The horrific murder of British tourist Brett Williams at the hands of a gang of steroid-fuelled thugs at the Kings Park stadium is just one in an avalanche of scandals that seal our reputation as a dangerously violent society.
And while we all share the hope that the men who murdered Williams will spend the rest of their lives in Westville Prison, the reality is that the police are often the perpetrators of horrific violence. A recent survey showed that 70 percent of young people don’t trust the police and in the light of recent scandals regarding police murder and brutality, there are good reasons for that.
The crisis that we face is a crisis of society and it is a crisis of the police. We need to move beyond simplistic calls for tougher policing. We need radical police reform, including demilitarisation, and we need radical social reform too. But the problem we face is that, especially in KwaZulu-Natal, political violence is rapidly becoming entrenched. The province was the epicentre of the civil war in the 1980s and, once again, it is the epicentre of political violence now. Political assassinations, police torture, and the practice of driving grassroots activists from their homes are all worse here than anywhere else. A recent report in the Sunday Tribune claimed that there have been more than 60 political murders in Wembezi, in Estcourt, in recent years. This is just incredible.
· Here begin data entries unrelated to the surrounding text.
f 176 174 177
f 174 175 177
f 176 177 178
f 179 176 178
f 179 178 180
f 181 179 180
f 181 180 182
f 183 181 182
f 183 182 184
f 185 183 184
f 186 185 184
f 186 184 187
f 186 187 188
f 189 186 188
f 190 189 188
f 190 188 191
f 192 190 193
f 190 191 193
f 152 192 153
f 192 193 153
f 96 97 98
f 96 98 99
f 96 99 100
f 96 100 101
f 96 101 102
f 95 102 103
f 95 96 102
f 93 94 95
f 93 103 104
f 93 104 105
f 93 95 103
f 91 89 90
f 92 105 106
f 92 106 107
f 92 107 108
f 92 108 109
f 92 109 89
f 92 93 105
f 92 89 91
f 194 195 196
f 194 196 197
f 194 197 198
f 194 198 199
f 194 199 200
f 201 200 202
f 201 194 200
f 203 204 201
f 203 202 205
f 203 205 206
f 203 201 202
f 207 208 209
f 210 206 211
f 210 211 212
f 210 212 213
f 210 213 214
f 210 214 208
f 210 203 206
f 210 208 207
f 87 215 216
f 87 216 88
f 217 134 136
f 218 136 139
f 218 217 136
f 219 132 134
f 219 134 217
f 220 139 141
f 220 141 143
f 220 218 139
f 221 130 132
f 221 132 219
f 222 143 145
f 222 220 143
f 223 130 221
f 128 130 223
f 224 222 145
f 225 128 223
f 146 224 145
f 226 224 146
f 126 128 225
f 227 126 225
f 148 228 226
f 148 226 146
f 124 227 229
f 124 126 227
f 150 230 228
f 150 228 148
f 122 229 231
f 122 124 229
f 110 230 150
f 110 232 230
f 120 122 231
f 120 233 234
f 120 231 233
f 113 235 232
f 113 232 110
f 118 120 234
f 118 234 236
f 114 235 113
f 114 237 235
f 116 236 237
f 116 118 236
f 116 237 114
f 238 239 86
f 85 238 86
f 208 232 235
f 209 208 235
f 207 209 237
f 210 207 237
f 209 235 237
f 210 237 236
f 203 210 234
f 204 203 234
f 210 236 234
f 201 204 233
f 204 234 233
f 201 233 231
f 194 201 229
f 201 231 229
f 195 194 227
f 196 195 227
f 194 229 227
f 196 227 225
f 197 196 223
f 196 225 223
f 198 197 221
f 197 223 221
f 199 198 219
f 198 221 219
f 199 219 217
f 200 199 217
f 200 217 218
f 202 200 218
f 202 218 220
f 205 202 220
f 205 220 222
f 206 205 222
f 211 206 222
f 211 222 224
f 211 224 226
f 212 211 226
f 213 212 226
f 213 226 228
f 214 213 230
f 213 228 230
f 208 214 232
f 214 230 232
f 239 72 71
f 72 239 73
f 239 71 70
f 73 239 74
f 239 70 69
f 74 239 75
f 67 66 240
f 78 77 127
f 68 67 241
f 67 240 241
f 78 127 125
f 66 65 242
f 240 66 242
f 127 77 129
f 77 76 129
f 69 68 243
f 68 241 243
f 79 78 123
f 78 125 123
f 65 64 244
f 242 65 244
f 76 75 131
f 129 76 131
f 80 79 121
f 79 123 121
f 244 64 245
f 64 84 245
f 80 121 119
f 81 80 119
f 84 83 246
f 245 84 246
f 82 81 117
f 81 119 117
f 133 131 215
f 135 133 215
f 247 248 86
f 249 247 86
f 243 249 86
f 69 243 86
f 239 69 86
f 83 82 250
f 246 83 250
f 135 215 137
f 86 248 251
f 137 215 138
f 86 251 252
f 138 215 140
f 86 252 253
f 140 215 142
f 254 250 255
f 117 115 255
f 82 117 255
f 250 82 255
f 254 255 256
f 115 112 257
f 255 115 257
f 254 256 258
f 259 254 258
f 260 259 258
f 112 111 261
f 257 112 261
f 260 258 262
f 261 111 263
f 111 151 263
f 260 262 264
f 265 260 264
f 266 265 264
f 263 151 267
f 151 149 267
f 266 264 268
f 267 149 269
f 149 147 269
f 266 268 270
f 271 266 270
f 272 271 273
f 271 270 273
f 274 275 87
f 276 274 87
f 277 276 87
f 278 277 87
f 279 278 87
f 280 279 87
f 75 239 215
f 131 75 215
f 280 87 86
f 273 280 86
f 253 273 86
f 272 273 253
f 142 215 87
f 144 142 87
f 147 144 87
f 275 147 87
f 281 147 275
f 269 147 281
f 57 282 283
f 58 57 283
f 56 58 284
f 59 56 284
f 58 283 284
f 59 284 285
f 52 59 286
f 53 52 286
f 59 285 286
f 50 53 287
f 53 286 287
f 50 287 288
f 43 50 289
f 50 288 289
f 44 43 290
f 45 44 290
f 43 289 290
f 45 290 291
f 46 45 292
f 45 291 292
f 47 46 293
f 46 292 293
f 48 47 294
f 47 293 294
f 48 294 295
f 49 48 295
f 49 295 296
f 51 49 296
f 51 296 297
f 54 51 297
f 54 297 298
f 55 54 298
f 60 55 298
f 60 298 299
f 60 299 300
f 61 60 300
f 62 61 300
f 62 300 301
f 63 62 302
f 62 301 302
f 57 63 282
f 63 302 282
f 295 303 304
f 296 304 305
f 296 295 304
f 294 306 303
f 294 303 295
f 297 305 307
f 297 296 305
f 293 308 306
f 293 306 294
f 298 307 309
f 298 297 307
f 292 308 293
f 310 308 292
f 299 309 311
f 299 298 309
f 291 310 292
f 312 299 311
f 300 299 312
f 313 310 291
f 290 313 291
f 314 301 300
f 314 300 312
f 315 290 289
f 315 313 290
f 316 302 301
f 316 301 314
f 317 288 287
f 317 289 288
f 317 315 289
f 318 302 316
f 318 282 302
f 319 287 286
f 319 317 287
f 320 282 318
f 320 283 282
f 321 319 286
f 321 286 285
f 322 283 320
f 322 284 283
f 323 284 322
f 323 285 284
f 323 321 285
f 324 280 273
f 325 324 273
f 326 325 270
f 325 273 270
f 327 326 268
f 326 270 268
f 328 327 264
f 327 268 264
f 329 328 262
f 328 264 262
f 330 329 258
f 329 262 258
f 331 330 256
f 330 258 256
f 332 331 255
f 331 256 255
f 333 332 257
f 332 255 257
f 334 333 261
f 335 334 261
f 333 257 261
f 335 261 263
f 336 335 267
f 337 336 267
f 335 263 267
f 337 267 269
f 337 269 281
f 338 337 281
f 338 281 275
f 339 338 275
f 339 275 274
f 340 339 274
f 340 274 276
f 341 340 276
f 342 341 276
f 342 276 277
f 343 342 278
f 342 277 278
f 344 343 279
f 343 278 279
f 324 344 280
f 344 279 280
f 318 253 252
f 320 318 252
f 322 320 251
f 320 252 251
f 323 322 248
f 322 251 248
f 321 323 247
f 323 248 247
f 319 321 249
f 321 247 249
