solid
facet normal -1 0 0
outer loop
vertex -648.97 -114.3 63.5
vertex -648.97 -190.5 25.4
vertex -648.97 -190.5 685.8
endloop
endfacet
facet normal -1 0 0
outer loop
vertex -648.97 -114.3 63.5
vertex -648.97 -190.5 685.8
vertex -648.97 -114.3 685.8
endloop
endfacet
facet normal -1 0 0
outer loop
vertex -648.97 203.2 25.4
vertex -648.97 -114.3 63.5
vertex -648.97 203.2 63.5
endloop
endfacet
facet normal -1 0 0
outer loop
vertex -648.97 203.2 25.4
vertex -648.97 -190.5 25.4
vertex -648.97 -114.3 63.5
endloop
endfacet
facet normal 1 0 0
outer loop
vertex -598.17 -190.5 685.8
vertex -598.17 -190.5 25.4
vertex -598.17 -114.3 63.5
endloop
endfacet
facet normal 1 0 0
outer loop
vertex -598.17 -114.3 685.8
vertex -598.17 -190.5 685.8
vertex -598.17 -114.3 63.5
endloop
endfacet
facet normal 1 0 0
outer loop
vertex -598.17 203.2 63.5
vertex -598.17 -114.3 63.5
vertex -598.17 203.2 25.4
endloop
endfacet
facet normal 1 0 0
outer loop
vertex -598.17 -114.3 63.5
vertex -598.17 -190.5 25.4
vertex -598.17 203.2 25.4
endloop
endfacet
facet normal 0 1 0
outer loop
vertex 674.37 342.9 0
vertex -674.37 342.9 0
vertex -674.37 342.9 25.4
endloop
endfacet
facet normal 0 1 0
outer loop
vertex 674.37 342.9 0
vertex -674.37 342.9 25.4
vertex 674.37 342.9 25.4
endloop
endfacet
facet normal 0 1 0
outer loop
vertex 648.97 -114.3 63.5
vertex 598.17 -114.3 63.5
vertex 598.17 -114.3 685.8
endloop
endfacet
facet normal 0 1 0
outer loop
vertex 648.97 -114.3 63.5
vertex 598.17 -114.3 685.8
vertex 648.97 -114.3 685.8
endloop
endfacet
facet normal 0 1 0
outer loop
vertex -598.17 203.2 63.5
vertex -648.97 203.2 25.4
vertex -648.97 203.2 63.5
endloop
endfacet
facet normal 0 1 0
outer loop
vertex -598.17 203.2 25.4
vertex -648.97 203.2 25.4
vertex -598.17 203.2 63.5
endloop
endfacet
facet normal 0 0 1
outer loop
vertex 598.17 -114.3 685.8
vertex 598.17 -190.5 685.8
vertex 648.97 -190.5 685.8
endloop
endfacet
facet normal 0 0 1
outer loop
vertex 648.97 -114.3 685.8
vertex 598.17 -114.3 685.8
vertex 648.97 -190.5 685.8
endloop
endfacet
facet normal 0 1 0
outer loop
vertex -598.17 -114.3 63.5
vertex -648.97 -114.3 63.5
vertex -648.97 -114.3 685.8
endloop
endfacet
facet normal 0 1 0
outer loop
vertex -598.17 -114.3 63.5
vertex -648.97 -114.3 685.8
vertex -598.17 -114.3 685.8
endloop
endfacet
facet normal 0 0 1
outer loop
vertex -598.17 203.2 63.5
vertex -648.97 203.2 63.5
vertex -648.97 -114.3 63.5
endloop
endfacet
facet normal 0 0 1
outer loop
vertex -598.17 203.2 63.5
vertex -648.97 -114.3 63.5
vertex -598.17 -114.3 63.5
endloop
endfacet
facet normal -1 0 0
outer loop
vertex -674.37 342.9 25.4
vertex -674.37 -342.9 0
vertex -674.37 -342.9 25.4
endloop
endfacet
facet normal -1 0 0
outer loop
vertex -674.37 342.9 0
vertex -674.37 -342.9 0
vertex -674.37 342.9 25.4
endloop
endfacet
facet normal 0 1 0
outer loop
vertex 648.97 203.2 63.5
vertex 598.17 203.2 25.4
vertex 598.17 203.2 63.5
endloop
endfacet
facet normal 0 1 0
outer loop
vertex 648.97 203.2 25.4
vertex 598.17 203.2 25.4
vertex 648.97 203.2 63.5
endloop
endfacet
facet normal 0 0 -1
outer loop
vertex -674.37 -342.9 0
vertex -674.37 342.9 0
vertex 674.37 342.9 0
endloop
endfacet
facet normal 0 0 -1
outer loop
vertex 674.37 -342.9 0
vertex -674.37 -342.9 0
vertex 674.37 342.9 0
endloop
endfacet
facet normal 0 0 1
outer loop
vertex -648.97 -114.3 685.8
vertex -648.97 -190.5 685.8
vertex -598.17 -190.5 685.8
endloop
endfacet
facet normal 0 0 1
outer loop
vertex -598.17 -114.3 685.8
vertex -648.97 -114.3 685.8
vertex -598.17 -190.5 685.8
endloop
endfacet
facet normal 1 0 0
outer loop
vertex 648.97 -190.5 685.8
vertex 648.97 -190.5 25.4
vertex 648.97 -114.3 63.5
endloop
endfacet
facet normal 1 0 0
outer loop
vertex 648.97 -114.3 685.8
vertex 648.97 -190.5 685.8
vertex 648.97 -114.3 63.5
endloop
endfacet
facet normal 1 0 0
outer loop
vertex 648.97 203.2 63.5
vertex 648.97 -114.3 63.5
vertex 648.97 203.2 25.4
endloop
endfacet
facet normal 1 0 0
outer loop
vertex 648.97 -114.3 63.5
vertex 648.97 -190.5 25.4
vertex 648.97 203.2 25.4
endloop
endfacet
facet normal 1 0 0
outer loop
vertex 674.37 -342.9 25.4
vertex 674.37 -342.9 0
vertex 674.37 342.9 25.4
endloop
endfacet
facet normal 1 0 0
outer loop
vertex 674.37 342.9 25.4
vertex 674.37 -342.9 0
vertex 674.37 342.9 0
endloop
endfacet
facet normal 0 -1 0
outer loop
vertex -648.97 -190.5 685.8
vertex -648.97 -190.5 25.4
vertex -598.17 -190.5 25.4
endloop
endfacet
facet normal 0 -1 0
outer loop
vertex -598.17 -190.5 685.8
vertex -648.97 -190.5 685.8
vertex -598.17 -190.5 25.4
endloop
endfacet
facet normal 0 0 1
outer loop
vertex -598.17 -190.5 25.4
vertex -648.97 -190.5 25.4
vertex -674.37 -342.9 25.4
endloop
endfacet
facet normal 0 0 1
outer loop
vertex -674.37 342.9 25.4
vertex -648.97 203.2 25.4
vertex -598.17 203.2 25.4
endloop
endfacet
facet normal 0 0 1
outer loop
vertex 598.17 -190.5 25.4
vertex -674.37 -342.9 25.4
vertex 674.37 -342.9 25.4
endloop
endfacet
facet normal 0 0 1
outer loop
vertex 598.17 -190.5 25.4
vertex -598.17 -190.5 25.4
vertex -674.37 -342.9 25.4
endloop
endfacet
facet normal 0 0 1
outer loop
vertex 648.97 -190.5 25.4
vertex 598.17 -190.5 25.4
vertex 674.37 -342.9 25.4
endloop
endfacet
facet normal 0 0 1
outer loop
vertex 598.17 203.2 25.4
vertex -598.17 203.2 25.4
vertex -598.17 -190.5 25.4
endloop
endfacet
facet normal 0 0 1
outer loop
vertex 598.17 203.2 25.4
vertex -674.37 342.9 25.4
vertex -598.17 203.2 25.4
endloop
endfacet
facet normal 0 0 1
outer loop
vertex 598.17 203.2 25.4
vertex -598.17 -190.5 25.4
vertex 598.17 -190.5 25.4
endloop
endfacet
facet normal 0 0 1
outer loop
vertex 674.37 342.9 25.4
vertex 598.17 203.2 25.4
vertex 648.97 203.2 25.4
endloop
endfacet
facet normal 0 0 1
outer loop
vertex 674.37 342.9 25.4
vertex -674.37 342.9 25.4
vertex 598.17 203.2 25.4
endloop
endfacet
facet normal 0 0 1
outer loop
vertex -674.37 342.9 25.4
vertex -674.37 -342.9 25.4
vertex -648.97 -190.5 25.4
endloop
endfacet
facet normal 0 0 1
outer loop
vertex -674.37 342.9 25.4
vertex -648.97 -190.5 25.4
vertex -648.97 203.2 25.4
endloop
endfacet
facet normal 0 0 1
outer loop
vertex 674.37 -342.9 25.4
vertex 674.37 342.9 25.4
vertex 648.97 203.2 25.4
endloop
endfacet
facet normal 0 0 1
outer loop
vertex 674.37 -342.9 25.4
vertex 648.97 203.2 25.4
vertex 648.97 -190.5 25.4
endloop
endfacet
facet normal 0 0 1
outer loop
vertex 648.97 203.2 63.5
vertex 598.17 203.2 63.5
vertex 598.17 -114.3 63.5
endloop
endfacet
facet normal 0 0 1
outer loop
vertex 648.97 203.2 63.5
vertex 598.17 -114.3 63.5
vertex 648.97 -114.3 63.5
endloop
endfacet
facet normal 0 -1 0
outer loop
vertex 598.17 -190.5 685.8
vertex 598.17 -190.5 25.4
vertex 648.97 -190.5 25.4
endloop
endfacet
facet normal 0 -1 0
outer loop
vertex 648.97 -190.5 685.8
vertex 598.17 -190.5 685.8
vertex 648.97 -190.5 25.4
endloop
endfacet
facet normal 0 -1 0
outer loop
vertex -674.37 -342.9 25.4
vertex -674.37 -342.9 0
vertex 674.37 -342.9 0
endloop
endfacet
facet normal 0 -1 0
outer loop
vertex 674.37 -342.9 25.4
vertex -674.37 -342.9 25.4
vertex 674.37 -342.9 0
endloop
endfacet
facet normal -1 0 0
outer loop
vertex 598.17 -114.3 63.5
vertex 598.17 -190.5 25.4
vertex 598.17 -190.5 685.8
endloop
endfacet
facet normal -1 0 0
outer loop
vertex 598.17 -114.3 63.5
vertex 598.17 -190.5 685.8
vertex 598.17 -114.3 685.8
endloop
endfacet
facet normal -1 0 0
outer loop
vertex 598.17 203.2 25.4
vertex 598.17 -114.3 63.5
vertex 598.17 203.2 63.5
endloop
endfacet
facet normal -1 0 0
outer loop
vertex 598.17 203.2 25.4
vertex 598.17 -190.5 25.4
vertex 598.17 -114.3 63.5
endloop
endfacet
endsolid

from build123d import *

# Parameters (mm, degrees)
F0_W     = 1348.74
F0_H     = 685.8
F1_DEPTH = 25.4
F3_W     = 50.8
F3_H     = 317.5
F4_DEPTH = 38.1
F5_W     = 50.8
F5_H     = 76.2
F6_DEPTH = 660.4


with BuildPart() as f1:
    # F0 (on Top) → F1 (new body)
    with BuildSketch(Plane.XY):
        Rectangle(F0_W, F0_H)
    extrude(amount=F1_DEPTH)

    # F3 (on face) → F4 (join)
    with BuildSketch(Plane.XY.offset(25.4)):
        with Locations((-623.57, 44.45)):
            Rectangle(F3_W, F3_H)
        with Locations((623.57, 44.45)):
            Rectangle(F3_W, F3_H)
    extrude(amount=F4_DEPTH)

    # F5 (on face) → F6 (join)
    with BuildSketch(Plane.XY.offset(25.4)):
        with Locations((-623.57, -152.4)):
            Rectangle(F5_W, F5_H)
        with Locations((623.57, -152.4)):
            Rectangle(F5_W, F5_H)
    extrude(amount=F6_DEPTH)


solid = f1.part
Much of the political violence in the province is linked to power struggles within the ruling party and some is linked to rivalry between the ANC, IFP and NFP. Just over two weeks ago Thembinkosi Qumbelo, formerly of the South African Shack and Rural Dweller’s Association, was assassinated in Cato Crest. With this degree of political violence it’s clear that we cannot rely on politicians and political parties to reform the police and society at large.
And while the media takes the murder of someone like Reeva Steenkamp very seriously the lives of people who are poor and black are usually not taken seriously at all. This means that the media is also often part of the problem. Some people think that the answers are in the family. But the family is where most gender-based violence happens. The family is, therefore, also often part of the problem.
There are no easy options for dealing with the crisis of violence in our society. It is not a problem that we can expect the police, the politicians, “gangster leftism”, the family or the media to solve for us. If we are going to take a decisive step away from the culture of violence we, as ordinary citizens, will have to take responsibility for this on our own.
We will have to refuse the culture of violence and the machismo that often goes with it. We’ll have to oppose it in every community and wherever it rears its head. We’ll have to think about how we raise our sons and what we accept from our politicians, police and media. We will have to isolate people that turn to violence and build cultures of peace and spaces where these cultures can flourish. This is not a task that we can leave to anyone else. It has to be a responsibility that we all take on and that we all share.
If we keep going down the road that we are currently on we’ll end up like Colombia. The rich will be barricaded into private spaces and protected by private security guards while the poor will be at the mercy of all kinds of thugs – some in the police, some in political parties and radical groups and some in criminal organisations. This is a nightmarish future. It is a future that we must step back from and that we must step back from now.
We have all kinds of urgent challenges facing us. We need to deal with mass unemployment, with the education crisis, with rampant corruption, endemic gender-based violence including rape, and the complete lack of any real vision in party politics. But we will not be able to deal with any of these problems if we don’t take the urgent challenge of rooting out the culture of violence very, very seriously.
We need to stop celebrating the narrative that falsely claims that we owe our liberation only to our armed Struggle – that it was central to our liberation. It wasn’t. It was the community struggles organised into the UDF and trade union struggles organised into Cosatu that won us our freedom. This is shown brilliantly in Stephen Ellis’s new book External Mission.
Our freedom did not flow from the barrel of a gun and neither will a better future.
* Imraan Buccus is Research Fellow in the School of Social Sciences at UKZN and academic director of a university study abroad programme on political transformation.